Wells: Remittance Slice Is Growing, Even if Pie Isn't

MIAMI — Despite a slowdown in the growth of international remittance volumes that began last year, Wells Fargo & Co. said its remittance business achieved triple-digit growth in the 12 months through May, reflecting what it sees as an ongoing shift to banks from nonbank providers.

Daniel Ayala, the $540 billion-asset San Francisco banking company's senior vice president for global remittance services, said in an interview Monday that despite adverse economic conditions, "we continue to see limited to no disruption to our activity."

At a conference on financial services for the underbanked Tuesday, Mr. Ayala said that banks' role in the market has been growing.

"Most major banks either have a program in place, they're optimizing the program they have, or they're about to implement one," he said.

"In two or three years, we'll see just about every bank with this product. It will be a standard product offering."

However, he also said that "remittance companies are" not "necessarily losing share to the banks. … The market is integrating itself. You do see banks working with remittance companies. You see banks white-labeling" — outsourcing the work and marketing the service in their names.

In his presentation at the Underbanked Financial Services Forum, a conference in Miami sponsored by SourceMedia Inc. (the parent company of American Banker) and the Center for Financial Services Innovation (a nonprofit affiliate of Chicago's ShoreBank Corp.), Mr. Ayala said Wells' remittance volume had grown at a compound annual rate of 104.5% during the three years through 2007. During the 12 months that ended in May, its volume grew 106%.

He would not disclose absolute numbers. A Wells spokeswoman said year-over-year growth in the three months through May was similar.

Mr. Ayala cited an April forecast from the Inter-American Development Bank that remittances from the United States to Latin America would be flat this year at $45.9 billion (with more than half going to Mexico) and a World Bank estimate that worldwide remittances grew 7% last year, to $318 billion.

In terms of transaction volume, cash-to-cash remittances have been "the sweet spot of this business," Mr. Ayala said. Account-to-account transfers have made up about 5% of the market, he said.

But Wells Fargo has focused on account-to-cash transfers because the approach gives it a relationship with the party who sends the money.

In general, he said, "Because of the stress the market is facing in growth and in pricing … there is a trend to shift from a transaction focus to a relationship focus."

According to a slide accompanying his presentation, from 2004 to this year the share of the remittance market controlled by banks and credit unions more than tripled, to 26%. Over the same period, remittance companies' share declined by 20 percentage points, to 58%. (The figures are based on surveys of immigrants from Latin America by Bendixen & Associates, a public opinion research firm based in Miami that focuses on Hispanics.)

He gave several reasons for the shift, including tighter regulation; consolidation, sometimes through the acquisition of U.S. banks and remittance companies by foreign banks; and remittance companies forming alliances with certain U.S. banks.

In the interview, Mr. Ayala said that Wells Fargo's base charge for remittances to Mexico is $5 but it waives the fee for account holders with high balances. According to a January report by the Washington nonprofit Appleseed, the average cost to send $200 to Mexico in 2005 was $12.
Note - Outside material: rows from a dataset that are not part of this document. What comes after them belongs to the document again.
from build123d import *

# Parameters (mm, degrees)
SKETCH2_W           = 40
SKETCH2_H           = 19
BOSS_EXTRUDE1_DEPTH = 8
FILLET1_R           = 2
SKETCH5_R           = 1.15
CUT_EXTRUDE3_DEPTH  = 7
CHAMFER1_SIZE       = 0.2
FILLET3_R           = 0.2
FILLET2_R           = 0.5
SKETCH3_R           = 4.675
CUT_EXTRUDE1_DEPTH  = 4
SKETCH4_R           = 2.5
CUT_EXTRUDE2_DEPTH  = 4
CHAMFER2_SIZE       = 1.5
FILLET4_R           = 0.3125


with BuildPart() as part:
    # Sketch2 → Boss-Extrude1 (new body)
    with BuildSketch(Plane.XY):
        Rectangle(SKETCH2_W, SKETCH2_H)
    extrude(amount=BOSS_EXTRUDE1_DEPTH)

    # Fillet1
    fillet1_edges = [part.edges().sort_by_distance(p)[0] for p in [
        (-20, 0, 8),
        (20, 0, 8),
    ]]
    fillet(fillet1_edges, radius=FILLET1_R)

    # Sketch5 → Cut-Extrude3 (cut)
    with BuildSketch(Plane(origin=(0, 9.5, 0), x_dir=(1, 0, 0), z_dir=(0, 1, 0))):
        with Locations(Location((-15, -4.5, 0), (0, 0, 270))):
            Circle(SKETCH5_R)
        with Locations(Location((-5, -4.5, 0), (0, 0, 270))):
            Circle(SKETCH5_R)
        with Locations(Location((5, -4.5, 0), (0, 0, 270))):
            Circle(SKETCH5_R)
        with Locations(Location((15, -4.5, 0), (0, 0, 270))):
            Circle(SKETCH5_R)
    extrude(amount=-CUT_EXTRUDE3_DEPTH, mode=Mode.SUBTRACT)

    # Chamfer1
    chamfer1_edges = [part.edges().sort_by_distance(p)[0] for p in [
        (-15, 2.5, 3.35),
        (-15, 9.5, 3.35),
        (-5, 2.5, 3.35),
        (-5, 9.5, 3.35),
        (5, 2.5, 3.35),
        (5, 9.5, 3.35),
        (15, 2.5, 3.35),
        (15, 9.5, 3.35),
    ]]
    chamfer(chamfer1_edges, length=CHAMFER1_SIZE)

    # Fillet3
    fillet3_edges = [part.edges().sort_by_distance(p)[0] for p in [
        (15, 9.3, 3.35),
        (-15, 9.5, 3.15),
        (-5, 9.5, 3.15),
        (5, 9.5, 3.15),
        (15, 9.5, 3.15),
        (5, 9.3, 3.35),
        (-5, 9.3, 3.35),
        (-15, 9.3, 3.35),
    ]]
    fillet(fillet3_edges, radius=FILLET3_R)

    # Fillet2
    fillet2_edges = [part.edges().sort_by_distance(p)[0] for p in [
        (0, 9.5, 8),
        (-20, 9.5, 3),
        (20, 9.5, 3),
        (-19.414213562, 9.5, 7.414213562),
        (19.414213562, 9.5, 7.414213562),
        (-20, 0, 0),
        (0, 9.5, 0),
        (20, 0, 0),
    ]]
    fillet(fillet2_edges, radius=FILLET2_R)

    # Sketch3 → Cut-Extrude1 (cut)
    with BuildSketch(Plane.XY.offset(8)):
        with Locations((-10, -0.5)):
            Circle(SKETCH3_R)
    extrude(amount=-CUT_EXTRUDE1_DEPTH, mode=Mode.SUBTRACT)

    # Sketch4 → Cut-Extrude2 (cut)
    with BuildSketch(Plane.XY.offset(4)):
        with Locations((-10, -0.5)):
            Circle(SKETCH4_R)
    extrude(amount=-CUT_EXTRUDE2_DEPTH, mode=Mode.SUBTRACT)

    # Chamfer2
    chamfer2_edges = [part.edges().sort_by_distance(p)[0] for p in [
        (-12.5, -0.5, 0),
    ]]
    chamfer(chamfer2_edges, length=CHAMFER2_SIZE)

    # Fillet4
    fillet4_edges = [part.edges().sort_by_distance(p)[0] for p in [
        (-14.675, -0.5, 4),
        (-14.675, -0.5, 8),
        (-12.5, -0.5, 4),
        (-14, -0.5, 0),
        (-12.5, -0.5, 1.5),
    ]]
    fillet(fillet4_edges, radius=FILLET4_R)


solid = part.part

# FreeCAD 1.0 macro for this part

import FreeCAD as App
import Part
import Sketcher

V = App.Vector
Q = App.Units.Quantity


def edges_at(feature, points):
    """Names of the edges that pass closest to the given points."""
    edges = feature.Shape.Edges
    near = lambda p: min(range(len(edges)), key=lambda i: edges[i].distToShape(Part.Vertex(*p))[0])
    return sorted({f"Edge{near(p) + 1}" for p in points})

doc = App.newDocument("Part")
body = doc.addObject("PartDesign::Body", "Body")

sketch1 = doc.addObject("Sketcher::SketchObject", "Sketch")
body.addObject(sketch1)
sketch1.AttachmentSupport = (doc.XY_Plane, [""])
sketch1.MapMode = "FlatFace"
sketch1.addGeometry(Part.LineSegment(V(-20, 10, 0), V(-20, -10, 0)), False)
sketch1.addGeometry(Part.LineSegment(V(-20, -10, 0), V(20, -10, 0)), False)
sketch1.addGeometry(Part.LineSegment(V(20, -10, 0), V(20, 10, 0)), False)
sketch1.addGeometry(Part.LineSegment(V(20, 10, 0), V(-20, 10, 0)), False)
sketch1.addConstraint(Sketcher.Constraint("Coincident", 0, 2, 1, 1))
sketch1.addConstraint(Sketcher.Constraint("Coincident", 1, 2, 2, 1))
sketch1.addConstraint(Sketcher.Constraint("Coincident", 2, 2, 3, 1))
sketch1.addConstraint(Sketcher.Constraint("Coincident", 3, 2, 0, 1))
sketch1.addConstraint(Sketcher.Constraint("Vertical", 0))
sketch1.addConstraint(Sketcher.Constraint("Horizontal", 1))
sketch1.addConstraint(Sketcher.Constraint("Vertical", 2))
sketch1.addConstraint(Sketcher.Constraint("Horizontal", 3))
sketch1.addConstraint(Sketcher.Constraint("Symmetric", 0, 2, 2, 2, -1, 1))
sketch1.addConstraint(Sketcher.Constraint("DistanceX", 1, 1, 1, 2, Q("40 mm")))
sketch1.addConstraint(Sketcher.Constraint("DistanceY", 0, 2, 0, 1, Q("19 mm")))
pad1 = doc.addObject("PartDesign::Pad", "Pad")
body.addObject(pad1)
pad1.Profile = sketch1
pad1.Length = 8
doc.recompute()

fillet = doc.addObject("PartDesign::Fillet", "Fillet")
body.addObject(fillet)
fillet.Base = (pad1, edges_at(pad1, [(-20, 0, 8), (20, 0, 8)]))
fillet.Radius = 2

sketch2 = doc.addObject("Sketcher::SketchObject", "Sketch001")
body.addObject(sketch2)
sketch2.AttachmentSupport = (doc.XZ_Plane, [""])
sketch2.MapMode = "FlatFace"
sketch2.AttachmentOffset = App.Placement(V(0, 0, -9.5), App.Rotation())
sketch2.addGeometry(Part.Circle(V(-15, 4.5, 0), V(0, 0, 1), 1.1), False)
sketch2.addGeometry(Part.Circle(V(-5, 4.5, 0), V(0, 0, 1), 1.1), False)
sketch2.addGeometry(Part.Circle(V(5, 4.5, 0), V(0, 0, 1), 1.1), False)
sketch2.addGeometry(Part.Circle(V(15, 4.5, 0), V(0, 0, 1), 1.1), False)
sketch2.addConstraint(Sketcher.Constraint("Equal", 0, 1))
sketch2.addConstraint(Sketcher.Constraint("Equal", 1, 2))
sketch2.addConstraint(Sketcher.Constraint("Equal", 2, 3))
sketch2.addConstraint(Sketcher.Constraint("Symmetric", 1, 3, 2, 3, -2))
sketch2.addConstraint(Sketcher.Constraint("Symmetric", 0, 3, 3, 3, -2))
sketch2.addConstraint(Sketcher.Constraint("Horizontal", 0, 3, 1, 3))
sketch2.addConstraint(Sketcher.Constraint("Diameter", 0, Q("2.3 mm")))
sketch2.addConstraint(Sketcher.Constraint("DistanceX", 0, 3, -1, 1, Q("15 mm")))
sketch2.addConstraint(Sketcher.Constraint("DistanceX", 1, 3, -1, 1, Q("5 mm")))
sketch2.addConstraint(Sketcher.Constraint("DistanceY", -1, 1, 0, 3, Q("4.5 mm")))
pocket1 = doc.addObject("PartDesign::Pocket", "Pocket")
body.addObject(pocket1)
pocket1.Profile = sketch2
pocket1.Length = 7
pocket1.Reversed = True
doc.recompute()

chamfer = doc.addObject("PartDesign::Chamfer", "Chamfer")
body.addObject(chamfer)
chamfer.Base = (pocket1, edges_at(pocket1, [
    (-15, 2.5, 3.35),
    (-15, 9.5, 3.35),
    (-5, 2.5, 3.35),
    (-5, 9.5, 3.35),
    (5, 2.5, 3.35),
    (5, 9.5, 3.35),
    (15, 2.5, 3.35),
    (15, 9.5, 3.35),
]))
chamfer.Size = 0.2
doc.recompute()

fillet2 = doc.addObject("PartDesign::Fillet", "Fillet001")
body.addObject(fillet2)
fillet2.Base = (chamfer, edges_at(chamfer, [
    (15, 9.3, 3.35),
    (-15, 9.5, 3.15),
    (-5, 9.5, 3.15),
    (5, 9.5, 3.15),
    (15, 9.5, 3.15),
    (5, 9.3, 3.35),
    (-5, 9.3, 3.35),
    (-15, 9.3, 3.35),
]))
fillet2.Radius = 0.2
doc.recompute()

fillet3 = doc.addObject("PartDesign::Fillet", "Fillet002")
body.addObject(fillet3)
fillet3.Base = (fillet2, edges_at(fillet2, [
    (0, 9.5, 8),
    (-20, 9.5, 3),
    (20, 9.5, 3),
    (-19.414, 9.5, 7.414),
    (19.414, 9.5, 7.414),
    (-20, 0, 0),
    (0, 9.5, 0),
    (20, 0, 0),
]))
fillet3.Radius = 0.5

sketch3 = doc.addObject("Sketcher::SketchObject", "Sketch002")
body.addObject(sketch3)
sketch3.AttachmentSupport = (doc.XY_Plane, [""])
sketch3.MapMode = "FlatFace"
sketch3.AttachmentOffset = App.Placement(V(0, 0, 8), App.Rotation())
sketch3.addGeometry(Part.Circle(V(-10, -0.5, 0), V(0, 0, 1), 4.7), False)
sketch3.addConstraint(Sketcher.Constraint("Diameter", 0, Q("9.35 mm")))
sketch3.addConstraint(Sketcher.Constraint("DistanceX", 0, 3, -1, 1, Q("10 mm")))
sketch3.addConstraint(Sketcher.Constraint("DistanceY", 0, 3, -1, 1, Q("0.5 mm")))
pocket2 = doc.addObject("PartDesign::Pocket", "Pocket001")
body.addObject(pocket2)
pocket2.Profile = sketch3
pocket2.Length = 4

sketch4 = doc.addObject("Sketcher::SketchObject", "Sketch003")
body.addObject(sketch4)
sketch4.AttachmentSupport = (doc.XY_Plane, [""])
sketch4.MapMode = "FlatFace"
sketch4.AttachmentOffset = App.Placement(V(0, 0, 4), App.Rotation())
sketch4.addGeometry(Part.Circle(V(-10, -0.5, 0), V(0, 0, 1), 2.5), False)
sketch4.addConstraint(Sketcher.Constraint("Diameter", 0, Q("5 mm")))
sketch4.addConstraint(Sketcher.Constraint("DistanceX", 0, 3, -1, 1, Q("10 mm")))
sketch4.addConstraint(Sketcher.Constraint("DistanceY", 0, 3, -1, 1, Q("0.5 mm")))
pocket3 = doc.addObject("PartDesign::Pocket", "Pocket002")
body.addObject(pocket3)
pocket3.Profile = sketch4
pocket3.Length = 4
doc.recompute()

chamfer2 = doc.addObject("PartDesign::Chamfer", "Chamfer001")
body.addObject(chamfer2)
chamfer2.Base = (pocket3, edges_at(pocket3, [(-12.5, -0.5, 0)]))
chamfer2.Size = 1.5
doc.recompute()

fillet4 = doc.addObject("PartDesign::Fillet", "Fillet003")
body.addObject(fillet4)
fillet4.Base = (chamfer2, edges_at(chamfer2, [
    (-14.675, -0.5, 4),
    (-14.675, -0.5, 8),
    (-12.5, -0.5, 4),
    (-14, -0.5, 0),
    (-12.5, -0.5, 1.5),
]))
fillet4.Radius = 0.3125

doc.recompute()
Wells entered the remittance business in 1994 and made significant investments in it during the last five years, Mr. Ayala said. "We are at a point where we are running a more mature business now." (Aside from Mexico, it also offers remittances to El Salvador, Guatemala, China, Vietnam, India, and the Philippines.)

Remittance customers are particularly attractive, he said, because they typically use more Wells Fargo products than the company's customers overall (who average 5.6 products), and because they tend to stay with its products longer.
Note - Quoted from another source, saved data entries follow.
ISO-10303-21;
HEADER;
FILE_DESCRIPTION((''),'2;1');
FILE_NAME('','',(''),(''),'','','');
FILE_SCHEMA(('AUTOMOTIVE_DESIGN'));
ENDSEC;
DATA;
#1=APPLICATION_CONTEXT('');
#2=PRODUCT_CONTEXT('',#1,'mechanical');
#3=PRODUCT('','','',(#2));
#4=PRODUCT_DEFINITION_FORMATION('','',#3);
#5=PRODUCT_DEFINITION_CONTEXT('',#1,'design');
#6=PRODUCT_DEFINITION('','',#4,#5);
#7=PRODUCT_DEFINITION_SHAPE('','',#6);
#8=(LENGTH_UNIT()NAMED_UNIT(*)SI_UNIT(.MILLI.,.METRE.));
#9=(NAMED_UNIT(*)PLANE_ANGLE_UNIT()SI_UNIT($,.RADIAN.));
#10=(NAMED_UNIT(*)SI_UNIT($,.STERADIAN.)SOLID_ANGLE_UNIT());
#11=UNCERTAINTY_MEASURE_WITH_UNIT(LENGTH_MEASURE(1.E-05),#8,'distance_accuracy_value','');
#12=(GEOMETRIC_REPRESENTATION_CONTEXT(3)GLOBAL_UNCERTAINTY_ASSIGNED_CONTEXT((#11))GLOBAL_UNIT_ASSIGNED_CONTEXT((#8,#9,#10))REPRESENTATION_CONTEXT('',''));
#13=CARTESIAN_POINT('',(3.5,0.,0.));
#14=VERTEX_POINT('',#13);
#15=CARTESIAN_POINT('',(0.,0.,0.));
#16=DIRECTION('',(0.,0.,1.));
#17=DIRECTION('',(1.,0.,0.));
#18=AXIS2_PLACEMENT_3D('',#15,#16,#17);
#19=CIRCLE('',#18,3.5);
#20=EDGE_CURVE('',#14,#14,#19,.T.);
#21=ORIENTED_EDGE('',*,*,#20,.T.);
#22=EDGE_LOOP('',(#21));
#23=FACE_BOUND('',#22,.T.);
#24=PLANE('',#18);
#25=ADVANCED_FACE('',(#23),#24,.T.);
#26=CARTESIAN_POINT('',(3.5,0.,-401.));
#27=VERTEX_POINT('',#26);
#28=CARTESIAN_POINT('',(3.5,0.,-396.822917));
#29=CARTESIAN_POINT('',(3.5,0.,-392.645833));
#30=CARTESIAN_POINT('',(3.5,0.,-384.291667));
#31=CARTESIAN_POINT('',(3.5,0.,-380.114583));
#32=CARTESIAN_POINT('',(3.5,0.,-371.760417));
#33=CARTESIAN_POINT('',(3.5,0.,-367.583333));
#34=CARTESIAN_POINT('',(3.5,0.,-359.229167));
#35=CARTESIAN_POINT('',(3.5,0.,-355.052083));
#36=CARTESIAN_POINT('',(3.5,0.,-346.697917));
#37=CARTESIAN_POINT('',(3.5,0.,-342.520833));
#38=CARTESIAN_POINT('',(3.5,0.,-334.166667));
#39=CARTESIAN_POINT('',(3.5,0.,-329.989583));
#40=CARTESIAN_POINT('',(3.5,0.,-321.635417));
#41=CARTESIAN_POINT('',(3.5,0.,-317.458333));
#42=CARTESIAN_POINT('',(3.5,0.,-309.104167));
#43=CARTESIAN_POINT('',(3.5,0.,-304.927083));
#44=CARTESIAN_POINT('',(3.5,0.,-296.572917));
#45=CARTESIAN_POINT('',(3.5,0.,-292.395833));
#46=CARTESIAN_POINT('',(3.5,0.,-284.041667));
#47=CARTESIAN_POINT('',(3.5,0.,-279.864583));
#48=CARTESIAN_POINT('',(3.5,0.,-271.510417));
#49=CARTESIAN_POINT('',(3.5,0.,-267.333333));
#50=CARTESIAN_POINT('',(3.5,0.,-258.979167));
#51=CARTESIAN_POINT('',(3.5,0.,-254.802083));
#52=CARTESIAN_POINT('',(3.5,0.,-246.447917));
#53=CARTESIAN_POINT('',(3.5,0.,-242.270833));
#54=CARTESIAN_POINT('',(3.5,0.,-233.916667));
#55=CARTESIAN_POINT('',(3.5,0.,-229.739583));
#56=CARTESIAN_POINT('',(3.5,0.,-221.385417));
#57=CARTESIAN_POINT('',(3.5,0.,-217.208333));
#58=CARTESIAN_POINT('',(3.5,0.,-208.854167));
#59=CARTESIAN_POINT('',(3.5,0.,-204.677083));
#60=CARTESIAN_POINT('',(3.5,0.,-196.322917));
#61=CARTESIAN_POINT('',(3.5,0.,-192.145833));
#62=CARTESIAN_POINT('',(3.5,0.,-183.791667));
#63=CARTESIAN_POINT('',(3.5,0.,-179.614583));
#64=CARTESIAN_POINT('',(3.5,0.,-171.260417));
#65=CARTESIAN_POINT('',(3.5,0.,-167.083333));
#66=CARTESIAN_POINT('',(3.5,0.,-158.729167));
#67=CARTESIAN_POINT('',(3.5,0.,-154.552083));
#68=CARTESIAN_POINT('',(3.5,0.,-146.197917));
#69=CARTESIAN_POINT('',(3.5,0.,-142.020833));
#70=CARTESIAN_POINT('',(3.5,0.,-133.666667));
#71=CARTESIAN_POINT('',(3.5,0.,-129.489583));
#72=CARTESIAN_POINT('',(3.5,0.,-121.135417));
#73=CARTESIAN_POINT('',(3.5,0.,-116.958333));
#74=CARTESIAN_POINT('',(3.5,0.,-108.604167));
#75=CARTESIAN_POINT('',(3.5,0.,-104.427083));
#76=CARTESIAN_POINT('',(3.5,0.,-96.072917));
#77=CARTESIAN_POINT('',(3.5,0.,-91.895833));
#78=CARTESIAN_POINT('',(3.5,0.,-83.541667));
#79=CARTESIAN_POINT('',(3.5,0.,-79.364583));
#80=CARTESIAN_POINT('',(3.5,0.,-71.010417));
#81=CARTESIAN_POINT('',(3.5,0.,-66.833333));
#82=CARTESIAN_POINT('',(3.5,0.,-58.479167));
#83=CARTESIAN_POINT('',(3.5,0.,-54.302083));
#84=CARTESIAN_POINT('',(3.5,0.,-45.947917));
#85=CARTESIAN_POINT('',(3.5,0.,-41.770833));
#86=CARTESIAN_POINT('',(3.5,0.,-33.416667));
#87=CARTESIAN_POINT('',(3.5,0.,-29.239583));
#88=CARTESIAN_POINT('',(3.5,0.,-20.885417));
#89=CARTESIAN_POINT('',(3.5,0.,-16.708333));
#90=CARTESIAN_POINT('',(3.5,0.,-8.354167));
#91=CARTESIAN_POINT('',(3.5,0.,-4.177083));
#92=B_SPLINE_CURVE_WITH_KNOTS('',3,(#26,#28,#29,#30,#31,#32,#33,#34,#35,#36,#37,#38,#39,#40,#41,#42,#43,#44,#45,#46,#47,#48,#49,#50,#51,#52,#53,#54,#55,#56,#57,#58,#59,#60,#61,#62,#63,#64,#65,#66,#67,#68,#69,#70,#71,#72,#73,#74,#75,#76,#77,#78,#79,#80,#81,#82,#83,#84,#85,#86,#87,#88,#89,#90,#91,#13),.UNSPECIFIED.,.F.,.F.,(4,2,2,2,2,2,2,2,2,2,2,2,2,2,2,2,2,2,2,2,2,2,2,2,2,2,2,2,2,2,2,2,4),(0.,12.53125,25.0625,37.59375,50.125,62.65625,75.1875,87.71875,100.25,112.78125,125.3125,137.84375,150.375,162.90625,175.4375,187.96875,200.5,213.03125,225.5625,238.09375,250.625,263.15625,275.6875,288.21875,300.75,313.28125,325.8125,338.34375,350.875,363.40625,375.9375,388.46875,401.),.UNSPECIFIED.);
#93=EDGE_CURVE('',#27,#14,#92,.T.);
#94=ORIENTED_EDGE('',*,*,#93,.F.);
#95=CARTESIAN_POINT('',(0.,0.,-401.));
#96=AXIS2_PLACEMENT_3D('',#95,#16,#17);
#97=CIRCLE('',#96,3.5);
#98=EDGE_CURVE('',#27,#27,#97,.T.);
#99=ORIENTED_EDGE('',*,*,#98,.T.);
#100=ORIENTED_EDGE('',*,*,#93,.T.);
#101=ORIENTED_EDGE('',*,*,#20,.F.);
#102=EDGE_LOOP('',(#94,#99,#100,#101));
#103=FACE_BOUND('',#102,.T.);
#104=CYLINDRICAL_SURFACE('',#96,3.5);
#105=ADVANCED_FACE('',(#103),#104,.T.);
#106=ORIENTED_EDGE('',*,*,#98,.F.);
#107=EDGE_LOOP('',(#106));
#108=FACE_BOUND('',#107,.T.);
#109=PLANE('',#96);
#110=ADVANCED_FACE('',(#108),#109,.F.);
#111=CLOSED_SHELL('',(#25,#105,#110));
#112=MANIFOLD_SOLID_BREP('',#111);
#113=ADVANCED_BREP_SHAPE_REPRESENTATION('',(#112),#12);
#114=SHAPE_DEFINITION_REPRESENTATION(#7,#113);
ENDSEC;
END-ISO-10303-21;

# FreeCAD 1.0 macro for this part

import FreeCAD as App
import Part
import Sketcher
from FreeCAD import Vector

doc = App.newDocument("Part")
body = doc.addObject("PartDesign::Body", "Body")

sketch1 = body.newObject("Sketcher::SketchObject", "Sketch")
sketch1.AttachmentSupport = (doc.getObject("XY_Plane"), [""])
sketch1.MapMode = "FlatFace"
sketch1.addGeometry(Part.Circle(Vector(0, 0, 0), Vector(0, 0, 1), 3.5), False)
sketch1.addConstraint([
    Sketcher.Constraint("Coincident", 0, 3, -1, 1),
    Sketcher.Constraint("Diameter", 0, 7.0),
])
pad1 = body.newObject("PartDesign::Pad", "Pad")
pad1.Profile = sketch1
pad1.Length = 401
pad1.Reversed = True

doc.recompute()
Also, immigrant households are appealing because the growth rate in the "purchasing power" of "both Latino and Asian households far exceeds the purchasing power growth of the mainstream population," Mr. Ayala said.

In addition to the growing population of immigrants, "they're younger, the households are larger, and typically they are in their life stage where they may be about to buy their first car, their first home, start investing, start saving, thinking about their child's education," he said.
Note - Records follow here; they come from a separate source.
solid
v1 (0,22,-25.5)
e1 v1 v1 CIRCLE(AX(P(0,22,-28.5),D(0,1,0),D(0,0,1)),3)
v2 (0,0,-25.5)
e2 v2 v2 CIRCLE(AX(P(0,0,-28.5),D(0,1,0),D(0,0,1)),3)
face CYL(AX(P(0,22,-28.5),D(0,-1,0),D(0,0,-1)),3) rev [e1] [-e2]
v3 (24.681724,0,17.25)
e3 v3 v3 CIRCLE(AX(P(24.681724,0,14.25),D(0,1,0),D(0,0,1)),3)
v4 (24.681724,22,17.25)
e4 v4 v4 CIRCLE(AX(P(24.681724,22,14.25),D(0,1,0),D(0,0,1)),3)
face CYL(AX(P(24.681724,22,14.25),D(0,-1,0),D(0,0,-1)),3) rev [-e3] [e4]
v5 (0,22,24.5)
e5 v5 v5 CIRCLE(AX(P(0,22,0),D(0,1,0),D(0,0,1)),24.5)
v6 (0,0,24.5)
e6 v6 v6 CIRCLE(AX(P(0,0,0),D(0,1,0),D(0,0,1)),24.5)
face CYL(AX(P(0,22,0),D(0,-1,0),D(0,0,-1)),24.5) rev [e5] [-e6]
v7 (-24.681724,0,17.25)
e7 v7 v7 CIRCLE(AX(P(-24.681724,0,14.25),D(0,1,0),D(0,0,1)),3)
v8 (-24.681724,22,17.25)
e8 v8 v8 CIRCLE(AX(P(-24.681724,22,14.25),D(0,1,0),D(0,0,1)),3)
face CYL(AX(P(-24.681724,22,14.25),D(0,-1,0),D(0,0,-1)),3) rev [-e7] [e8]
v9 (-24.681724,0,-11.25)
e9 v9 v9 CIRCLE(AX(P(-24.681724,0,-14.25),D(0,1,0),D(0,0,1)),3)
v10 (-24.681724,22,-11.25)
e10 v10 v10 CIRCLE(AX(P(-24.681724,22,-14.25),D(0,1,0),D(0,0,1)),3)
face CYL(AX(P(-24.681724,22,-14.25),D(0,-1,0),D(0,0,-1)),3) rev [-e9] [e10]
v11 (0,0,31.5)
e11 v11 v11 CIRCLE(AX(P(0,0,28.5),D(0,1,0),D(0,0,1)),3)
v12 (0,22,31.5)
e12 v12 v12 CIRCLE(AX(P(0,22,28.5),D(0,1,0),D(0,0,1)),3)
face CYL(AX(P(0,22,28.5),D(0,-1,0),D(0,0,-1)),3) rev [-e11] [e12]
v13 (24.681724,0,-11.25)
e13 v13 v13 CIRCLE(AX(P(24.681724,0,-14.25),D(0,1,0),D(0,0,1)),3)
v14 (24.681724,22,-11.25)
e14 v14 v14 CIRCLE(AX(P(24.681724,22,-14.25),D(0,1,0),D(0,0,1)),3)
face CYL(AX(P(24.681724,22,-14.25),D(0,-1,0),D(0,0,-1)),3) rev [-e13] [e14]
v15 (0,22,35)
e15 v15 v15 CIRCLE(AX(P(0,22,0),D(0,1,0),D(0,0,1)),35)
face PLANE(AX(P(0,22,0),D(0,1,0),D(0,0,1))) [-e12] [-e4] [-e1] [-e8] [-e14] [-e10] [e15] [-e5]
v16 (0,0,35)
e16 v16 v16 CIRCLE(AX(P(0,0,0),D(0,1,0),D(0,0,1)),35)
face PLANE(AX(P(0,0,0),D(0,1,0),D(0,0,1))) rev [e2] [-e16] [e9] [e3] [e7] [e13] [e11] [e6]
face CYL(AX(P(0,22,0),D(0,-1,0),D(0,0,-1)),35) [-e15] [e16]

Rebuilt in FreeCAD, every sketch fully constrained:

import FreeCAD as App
import Part
import Sketcher

doc = App.newDocument("Part")
body = doc.addObject("PartDesign::Body", "Body")

sketch1 = doc.addObject("Sketcher::SketchObject", "Sketch")
body.addObject(sketch1)
sketch1.AttachmentSupport = (doc.XZ_Plane, [""])
sketch1.MapMode = "FlatFace"
sketch1.addGeometry([
    Part.Circle(App.Vector(0, 0, 0), App.Vector(0, 0, 1), 35),
    Part.Circle(App.Vector(-24.7, -14.2, 0), App.Vector(0, 0, 1), 3),
    Part.Circle(App.Vector(-24.7, 14.2, 0), App.Vector(0, 0, 1), 3),
    Part.Circle(App.Vector(0, -28.5, 0), App.Vector(0, 0, 1), 3),
    Part.Circle(App.Vector(24.7, -14.2, 0), App.Vector(0, 0, 1), 3),
    Part.Circle(App.Vector(0, 0, 0), App.Vector(0, 0, 1), 24.5),
    Part.Circle(App.Vector(0, 28.5, 0), App.Vector(0, 0, 1), 3),
    Part.Circle(App.Vector(24.7, 14.2, 0), App.Vector(0, 0, 1), 3),
], False)
sketch1.addConstraint([
    Sketcher.Constraint("Coincident", 0, 3, -1, 1),
    Sketcher.Constraint("Coincident", 5, 3, -1, 1),
    Sketcher.Constraint("Equal", 1, 2),
    Sketcher.Constraint("Equal", 2, 3),
    Sketcher.Constraint("Equal", 3, 4),
    Sketcher.Constraint("Equal", 4, 6),
    Sketcher.Constraint("Equal", 6, 7),
    Sketcher.Constraint("Symmetric", 2, 3, 4, 3, -1, 1),
    Sketcher.Constraint("Symmetric", 3, 3, 6, 3, -1, 1),
    Sketcher.Constraint("Symmetric", 1, 3, 7, 3, -1, 1),
    Sketcher.Constraint("Symmetric", 1, 3, 4, 3, -2),
    Sketcher.Constraint("PointOnObject", 3, 3, -2),
    Sketcher.Constraint("Diameter", 0, 70.0),
    Sketcher.Constraint("Diameter", 1, 6.0),
    Sketcher.Constraint("Diameter", 5, 49.0),
    Sketcher.Constraint("DistanceY", 3, 3, -1, 1, 28.5),
    Sketcher.Constraint("DistanceY", 1, 3, 2, 3, 28.5),
    Sketcher.Constraint("DistanceX", 1, 3, 4, 3, 49.363448),
])
pad1 = doc.addObject("PartDesign::Pad", "Pad")
body.addObject(pad1)
pad1.Profile = sketch1
pad1.Length = 22
pad1.Reversed = True

doc.recompute()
"Their need for financial services is high right now and increasing."

Also, though remittance is a point of introduction to some customers, in a large number of cases potential customers already have accounts that have been opened using matricula consular and other ID cards issued by embassies, Mr. Ayala said.

Observers have attributed the deceleration in remittance growth to the economic slowdown in the United States and immigration enforcement actions. Mr. Ayala said he believes "the primary reason is the economic situation in the U.S."

He cited a study published last week by the Pew Hispanic Institute that found "Mexican immigrants have suffered the effects of the construction downturn most keenly."